Some days I am sure of myself, other days I can't make the simplest decisions. I worry too much about what others will think. I can't just be myself!! What can I do to stop all of this self-doubt and hatred? Honestly, I wish I could be the bubbly party host that I want to be, but I don't know, I feel like I'm trying too hard sometimes. Once again, I'm going back and forth on decisions, I can't make up my mind.

My parents are going out of town this weekend. I will obviously have the house to myself for a few nights. I plan on having the house for my friends and I to relax at and have fun without any restrictions. That's totally fine with me, my close friends at my house. At the same time, though, I want to throw a party for the fourth of july which is saturday. I had a birthday party when my parents were gone about a month ago. It went totally fine and I was a good host. Actually, I think I'm fine with throwing a party for the fourth of July. The thing that made me a little stressed was, my friend asked for a huge favor of me.

She asked me if she could have a little get together at my house to celebrate her birthday since my parents will be out of town and her birthday is in the next coming week. I felt completely pressured to say yes since duh, it's for her birthday and I don't want to be the one to disappoint her.....because of course, I'm this little push over who only wants to make people happy.

Well, this time, I stood my ground and told her I didn't want to have a huge party since I'm having one on Saturday for the fourth of july.
Am I being hypocritical by being totally fine with having my own 4th of July party and then not being as comfortable letting her have her get together for her birthday on friday? I don't know if I'm in the wrong..

And the thing is, I keep changing my mind on her. When she first asked me, I responded by saying yeah that would be cool as long as it doesn't get too out of hand and I know everyone who is coming. Pretty reasonable, right? Then, I started thinking about it and for some reason I started getting really anxious and nervous about my decision, I was unsure about it. So, I told her...hey wait actually I'm rethinking it and I only want our close friends there for your little birthday get-together. She understood why, and she was fine with it, but I'm not completely sure if she knows the full details of my fourth of July party.

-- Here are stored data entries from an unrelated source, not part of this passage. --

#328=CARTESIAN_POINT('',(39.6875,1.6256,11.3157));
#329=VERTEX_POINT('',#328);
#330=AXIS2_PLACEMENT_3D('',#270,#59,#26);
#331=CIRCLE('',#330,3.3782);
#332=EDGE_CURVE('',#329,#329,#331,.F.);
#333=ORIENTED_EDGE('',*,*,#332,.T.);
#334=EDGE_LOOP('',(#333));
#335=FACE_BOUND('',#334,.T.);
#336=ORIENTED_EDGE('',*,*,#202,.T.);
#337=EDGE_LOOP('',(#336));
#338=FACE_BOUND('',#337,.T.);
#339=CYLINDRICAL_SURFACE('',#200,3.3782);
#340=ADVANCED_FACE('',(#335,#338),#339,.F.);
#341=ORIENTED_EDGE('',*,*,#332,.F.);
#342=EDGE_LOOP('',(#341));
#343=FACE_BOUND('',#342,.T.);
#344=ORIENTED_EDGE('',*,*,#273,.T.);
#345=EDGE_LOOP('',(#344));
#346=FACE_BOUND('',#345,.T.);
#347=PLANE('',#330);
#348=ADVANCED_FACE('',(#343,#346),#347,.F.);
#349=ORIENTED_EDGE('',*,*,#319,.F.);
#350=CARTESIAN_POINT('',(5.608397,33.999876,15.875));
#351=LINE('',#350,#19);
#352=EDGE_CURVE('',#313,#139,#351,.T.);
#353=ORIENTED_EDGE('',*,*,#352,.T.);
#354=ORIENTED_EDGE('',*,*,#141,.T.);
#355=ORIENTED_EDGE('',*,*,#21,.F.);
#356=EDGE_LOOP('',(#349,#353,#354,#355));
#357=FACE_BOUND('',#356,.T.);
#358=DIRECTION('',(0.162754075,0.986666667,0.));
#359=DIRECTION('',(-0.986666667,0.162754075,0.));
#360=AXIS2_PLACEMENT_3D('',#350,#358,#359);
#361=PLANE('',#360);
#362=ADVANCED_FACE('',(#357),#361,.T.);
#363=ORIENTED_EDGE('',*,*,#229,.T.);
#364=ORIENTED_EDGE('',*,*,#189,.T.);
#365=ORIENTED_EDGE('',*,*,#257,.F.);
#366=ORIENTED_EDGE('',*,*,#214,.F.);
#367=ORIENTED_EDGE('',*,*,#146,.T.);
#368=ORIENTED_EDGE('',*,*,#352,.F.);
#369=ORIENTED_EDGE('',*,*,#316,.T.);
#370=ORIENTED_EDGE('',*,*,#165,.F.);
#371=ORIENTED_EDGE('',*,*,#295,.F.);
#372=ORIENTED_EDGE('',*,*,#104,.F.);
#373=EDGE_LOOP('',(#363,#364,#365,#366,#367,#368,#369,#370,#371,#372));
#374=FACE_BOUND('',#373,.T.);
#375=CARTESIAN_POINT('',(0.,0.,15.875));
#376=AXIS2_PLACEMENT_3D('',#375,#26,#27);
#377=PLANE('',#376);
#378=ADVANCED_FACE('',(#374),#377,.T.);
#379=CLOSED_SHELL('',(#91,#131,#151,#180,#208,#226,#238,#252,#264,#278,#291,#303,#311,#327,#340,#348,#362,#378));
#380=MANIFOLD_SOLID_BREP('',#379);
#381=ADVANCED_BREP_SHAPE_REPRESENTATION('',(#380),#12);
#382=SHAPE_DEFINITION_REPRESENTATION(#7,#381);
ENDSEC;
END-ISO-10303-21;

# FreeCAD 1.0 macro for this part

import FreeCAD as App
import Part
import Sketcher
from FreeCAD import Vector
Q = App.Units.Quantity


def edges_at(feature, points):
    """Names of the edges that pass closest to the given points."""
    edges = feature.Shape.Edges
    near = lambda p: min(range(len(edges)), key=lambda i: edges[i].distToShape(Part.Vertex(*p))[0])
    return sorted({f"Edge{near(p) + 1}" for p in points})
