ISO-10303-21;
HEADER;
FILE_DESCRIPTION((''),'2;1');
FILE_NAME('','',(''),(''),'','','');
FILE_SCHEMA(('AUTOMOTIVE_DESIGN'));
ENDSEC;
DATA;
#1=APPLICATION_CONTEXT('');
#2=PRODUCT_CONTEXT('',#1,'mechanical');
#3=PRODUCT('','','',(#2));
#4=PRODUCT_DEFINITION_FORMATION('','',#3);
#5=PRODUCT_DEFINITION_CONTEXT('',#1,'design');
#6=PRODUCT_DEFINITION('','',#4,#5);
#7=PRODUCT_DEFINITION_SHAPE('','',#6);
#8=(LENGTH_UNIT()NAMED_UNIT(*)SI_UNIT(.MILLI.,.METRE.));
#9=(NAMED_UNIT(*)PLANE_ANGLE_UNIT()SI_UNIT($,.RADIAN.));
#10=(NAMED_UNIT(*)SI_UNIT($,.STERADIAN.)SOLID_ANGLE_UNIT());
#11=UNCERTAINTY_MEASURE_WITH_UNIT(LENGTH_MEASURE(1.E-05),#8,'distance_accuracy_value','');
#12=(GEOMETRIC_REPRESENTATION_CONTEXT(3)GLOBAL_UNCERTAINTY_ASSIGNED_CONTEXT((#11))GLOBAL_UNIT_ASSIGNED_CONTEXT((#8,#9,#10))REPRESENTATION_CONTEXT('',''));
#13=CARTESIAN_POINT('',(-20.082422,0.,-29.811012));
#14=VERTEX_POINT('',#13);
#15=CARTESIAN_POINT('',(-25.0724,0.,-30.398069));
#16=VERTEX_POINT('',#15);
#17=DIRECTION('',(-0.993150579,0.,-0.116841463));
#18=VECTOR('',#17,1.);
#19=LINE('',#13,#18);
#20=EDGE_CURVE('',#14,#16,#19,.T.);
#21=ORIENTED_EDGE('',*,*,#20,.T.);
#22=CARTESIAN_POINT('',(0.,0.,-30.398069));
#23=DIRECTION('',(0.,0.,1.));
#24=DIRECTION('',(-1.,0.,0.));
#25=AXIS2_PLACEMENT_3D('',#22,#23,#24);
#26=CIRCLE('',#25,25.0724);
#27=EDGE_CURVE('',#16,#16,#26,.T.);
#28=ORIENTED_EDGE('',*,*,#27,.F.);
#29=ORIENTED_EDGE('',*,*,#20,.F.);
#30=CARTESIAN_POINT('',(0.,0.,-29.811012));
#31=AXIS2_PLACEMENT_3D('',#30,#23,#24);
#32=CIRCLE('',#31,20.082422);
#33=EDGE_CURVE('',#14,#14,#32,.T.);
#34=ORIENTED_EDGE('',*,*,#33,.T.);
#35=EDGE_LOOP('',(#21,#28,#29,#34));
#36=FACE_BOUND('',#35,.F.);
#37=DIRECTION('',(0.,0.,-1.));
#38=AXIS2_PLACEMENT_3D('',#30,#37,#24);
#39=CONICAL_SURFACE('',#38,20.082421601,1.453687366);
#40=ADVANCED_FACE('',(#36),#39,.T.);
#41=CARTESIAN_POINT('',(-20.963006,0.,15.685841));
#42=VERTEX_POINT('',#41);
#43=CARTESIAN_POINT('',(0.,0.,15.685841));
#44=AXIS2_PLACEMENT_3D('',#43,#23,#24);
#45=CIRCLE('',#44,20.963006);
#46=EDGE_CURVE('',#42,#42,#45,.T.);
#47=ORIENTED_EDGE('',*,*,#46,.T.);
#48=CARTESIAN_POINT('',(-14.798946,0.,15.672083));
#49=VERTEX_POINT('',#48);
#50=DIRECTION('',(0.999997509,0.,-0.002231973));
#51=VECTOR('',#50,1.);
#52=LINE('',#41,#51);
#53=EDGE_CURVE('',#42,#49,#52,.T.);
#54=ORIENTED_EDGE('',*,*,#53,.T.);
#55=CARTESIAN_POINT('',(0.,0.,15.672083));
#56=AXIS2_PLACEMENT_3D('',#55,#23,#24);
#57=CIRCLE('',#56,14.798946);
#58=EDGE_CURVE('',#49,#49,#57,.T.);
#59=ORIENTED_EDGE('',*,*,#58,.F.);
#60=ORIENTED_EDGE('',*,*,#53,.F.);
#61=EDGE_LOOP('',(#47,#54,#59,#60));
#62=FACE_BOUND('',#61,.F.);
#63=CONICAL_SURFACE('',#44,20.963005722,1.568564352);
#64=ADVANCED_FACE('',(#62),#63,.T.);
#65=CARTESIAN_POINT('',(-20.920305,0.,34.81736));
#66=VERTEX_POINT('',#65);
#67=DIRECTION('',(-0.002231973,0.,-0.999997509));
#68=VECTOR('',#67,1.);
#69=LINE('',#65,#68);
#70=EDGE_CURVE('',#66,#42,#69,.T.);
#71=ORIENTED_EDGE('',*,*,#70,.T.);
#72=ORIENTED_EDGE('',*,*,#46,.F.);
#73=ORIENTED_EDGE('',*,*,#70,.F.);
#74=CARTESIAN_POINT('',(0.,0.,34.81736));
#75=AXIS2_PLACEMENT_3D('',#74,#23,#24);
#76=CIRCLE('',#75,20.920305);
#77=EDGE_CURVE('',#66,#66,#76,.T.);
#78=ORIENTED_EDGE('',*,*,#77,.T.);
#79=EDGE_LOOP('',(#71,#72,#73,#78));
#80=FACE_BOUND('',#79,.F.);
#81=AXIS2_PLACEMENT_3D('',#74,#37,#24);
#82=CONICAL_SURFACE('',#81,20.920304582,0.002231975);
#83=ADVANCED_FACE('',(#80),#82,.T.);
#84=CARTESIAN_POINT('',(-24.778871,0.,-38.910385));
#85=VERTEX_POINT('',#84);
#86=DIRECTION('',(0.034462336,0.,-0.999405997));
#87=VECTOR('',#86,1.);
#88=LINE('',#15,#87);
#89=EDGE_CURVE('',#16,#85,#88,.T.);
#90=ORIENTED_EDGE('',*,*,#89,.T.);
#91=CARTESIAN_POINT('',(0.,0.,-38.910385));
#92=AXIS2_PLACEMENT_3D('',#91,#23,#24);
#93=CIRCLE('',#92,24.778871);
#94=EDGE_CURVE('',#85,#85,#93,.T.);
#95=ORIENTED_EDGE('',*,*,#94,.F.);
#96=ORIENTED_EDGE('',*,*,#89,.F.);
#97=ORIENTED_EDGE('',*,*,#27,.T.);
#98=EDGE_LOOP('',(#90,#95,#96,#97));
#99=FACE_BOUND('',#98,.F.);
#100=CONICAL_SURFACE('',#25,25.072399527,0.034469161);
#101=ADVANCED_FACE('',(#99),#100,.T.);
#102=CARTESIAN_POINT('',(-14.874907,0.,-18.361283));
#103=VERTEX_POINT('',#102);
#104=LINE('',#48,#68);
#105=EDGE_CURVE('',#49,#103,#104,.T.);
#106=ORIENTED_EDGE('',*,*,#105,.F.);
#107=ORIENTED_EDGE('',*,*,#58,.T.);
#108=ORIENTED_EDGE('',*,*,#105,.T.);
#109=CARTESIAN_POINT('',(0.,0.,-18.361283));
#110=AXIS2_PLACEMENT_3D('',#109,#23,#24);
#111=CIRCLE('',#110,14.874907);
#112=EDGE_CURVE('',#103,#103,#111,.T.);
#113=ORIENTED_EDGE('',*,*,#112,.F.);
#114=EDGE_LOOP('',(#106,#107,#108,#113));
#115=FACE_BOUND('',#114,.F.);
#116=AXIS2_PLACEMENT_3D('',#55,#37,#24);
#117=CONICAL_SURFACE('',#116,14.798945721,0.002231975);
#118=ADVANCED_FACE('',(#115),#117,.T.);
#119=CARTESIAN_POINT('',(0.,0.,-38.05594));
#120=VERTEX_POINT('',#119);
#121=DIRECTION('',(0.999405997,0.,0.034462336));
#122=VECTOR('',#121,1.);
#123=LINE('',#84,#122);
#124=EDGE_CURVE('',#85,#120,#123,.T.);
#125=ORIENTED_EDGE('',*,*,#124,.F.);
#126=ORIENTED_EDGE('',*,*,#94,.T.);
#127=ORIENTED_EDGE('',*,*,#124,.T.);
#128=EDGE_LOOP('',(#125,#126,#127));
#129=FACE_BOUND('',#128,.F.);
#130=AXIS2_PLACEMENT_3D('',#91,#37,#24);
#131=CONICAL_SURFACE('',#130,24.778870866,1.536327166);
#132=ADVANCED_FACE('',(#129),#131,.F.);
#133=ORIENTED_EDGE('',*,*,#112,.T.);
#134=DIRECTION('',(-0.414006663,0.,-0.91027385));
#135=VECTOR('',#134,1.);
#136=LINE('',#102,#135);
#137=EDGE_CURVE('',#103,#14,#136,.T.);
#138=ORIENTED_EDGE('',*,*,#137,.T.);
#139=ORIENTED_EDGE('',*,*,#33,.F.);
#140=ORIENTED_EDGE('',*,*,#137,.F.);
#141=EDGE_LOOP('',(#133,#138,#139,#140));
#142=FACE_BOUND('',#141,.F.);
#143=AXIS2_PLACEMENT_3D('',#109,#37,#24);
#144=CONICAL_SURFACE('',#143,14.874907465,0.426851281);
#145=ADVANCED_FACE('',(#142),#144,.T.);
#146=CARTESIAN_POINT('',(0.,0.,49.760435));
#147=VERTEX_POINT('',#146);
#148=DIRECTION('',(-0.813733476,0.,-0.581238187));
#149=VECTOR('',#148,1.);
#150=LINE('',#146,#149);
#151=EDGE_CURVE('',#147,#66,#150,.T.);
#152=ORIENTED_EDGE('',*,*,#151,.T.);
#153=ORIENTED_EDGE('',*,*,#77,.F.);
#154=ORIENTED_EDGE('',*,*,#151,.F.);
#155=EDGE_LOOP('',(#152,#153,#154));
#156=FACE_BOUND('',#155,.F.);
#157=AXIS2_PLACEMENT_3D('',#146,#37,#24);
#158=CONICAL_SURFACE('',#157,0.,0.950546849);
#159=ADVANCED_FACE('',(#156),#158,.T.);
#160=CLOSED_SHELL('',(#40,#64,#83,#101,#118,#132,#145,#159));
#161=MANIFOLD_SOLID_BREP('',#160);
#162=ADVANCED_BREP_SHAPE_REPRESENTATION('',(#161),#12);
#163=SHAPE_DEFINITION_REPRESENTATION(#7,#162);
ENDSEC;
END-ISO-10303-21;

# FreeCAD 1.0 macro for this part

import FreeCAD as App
import Part
import Sketcher

V = App.Vector

doc = App.newDocument("Part")
body = doc.addObject("PartDesign::Body", "Body")

sketch1 = doc.addObject("Sketcher::SketchObject", "Sketch")
body.addObject(sketch1)
sketch1.AttachmentSupport = (doc.XZ_Plane, [""])
sketch1.MapMode = "FlatFace"
sketch1.addGeometry([
    Part.LineSegment(V(0, 50, 0), V(-21, 35, 0)),
    Part.LineSegment(V(-21, 35, 0), V(-21, 16, 0)),
    Part.LineSegment(V(-21, 16, 0), V(-15, 16, 0)),
    Part.LineSegment(V(-15, 16, 0), V(-15, -18, 0)),
    Part.LineSegment(V(-15, -18, 0), V(-20, -30, 0)),
    Part.LineSegment(V(-20, -30, 0), V(-25, -30, 0)),
    Part.LineSegment(V(-25, -30, 0), V(-25, -39, 0)),
    Part.LineSegment(V(-25, -39, 0), V(0, -38, 0)),
    Part.LineSegment(V(0, -38, 0), V(0, 50, 0)),
], False)
sketch1.addConstraint([
    Sketcher.Constraint("Coincident", 0, 2, 1, 1),
    Sketcher.Constraint("Coincident", 1, 2, 2, 1),
    Sketcher.Constraint("Coincident", 2, 2, 3, 1),
    Sketcher.Constraint("Coincident", 3, 2, 4, 1),
    Sketcher.Constraint("Coincident", 4, 2, 5, 1),
    Sketcher.Constraint("Coincident", 5, 2, 6, 1),
    Sketcher.Constraint("Coincident", 6, 2, 7, 1),
    Sketcher.Constraint("Coincident", 7, 2, 8, 1),
    Sketcher.Constraint("Coincident", 8, 2, 0, 1),
    Sketcher.Constraint("Vertical", 8),
    Sketcher.Constraint("PointOnObject", 7, 2, -2),
    Sketcher.Constraint("Perpendicular", 1, 2),
    Sketcher.Constraint("Perpendicular", 2, 3),
    Sketcher.Constraint("Perpendicular", 6, 7),
    Sketcher.Constraint("Distance", 7, 24.793598),
    Sketcher.Constraint("DistanceX", 5, 2, -1, 1, 25.0724),
    Sketcher.Constraint("DistanceX", 1, 2, 0, 2, 0.042701),
    Sketcher.Constraint("DistanceX", 1, 2, 3, 2, 6.088098),
    Sketcher.Constraint("Distance", 3, 34.033451),
    Sketcher.Constraint("DistanceY", 8, 1, 8, 2, 87.816375),
    Sketcher.Constraint("DistanceY", -1, 1, 0, 2, 34.81736),
    Sketcher.Constraint("DistanceY", -1, 1, 1, 2, 15.685841),
    Sketcher.Constraint("DistanceX", 4, 2, -1, 1, 20.082422),
    Sketcher.Constraint("DistanceY", 4, 2, -1, 1, 29.811012),
    Sketcher.Constraint("DistanceY", 5, 2, -1, 1, 30.398069),
    Sketcher.Constraint("DistanceY", 7, 2, -1, 1, 38.05594),
    Sketcher.Constraint("Distance", 0, 25.709038),
])
revolution = doc.addObject("PartDesign::Revolution", "Revolution")
body.addObject(revolution)
revolution.Profile = sketch1
revolution.ReferenceAxis = (sketch1, ["V_Axis"])
revolution.Angle = 360

doc.recompute()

Am I being unfair or irrational in having my own 4th of July party and not wanting such a big get together for her birthday?? I really need to know if I'm in the wrong here.

I'm going to ask her myself because we are getting together this week to talk about it. I'm just not sure about my decisions. I need to be more confident about it, but I'm not and that's why I would appreciate and onlooker's suggestions or opinions on this.

Thank you so much if you take the time to read this, really.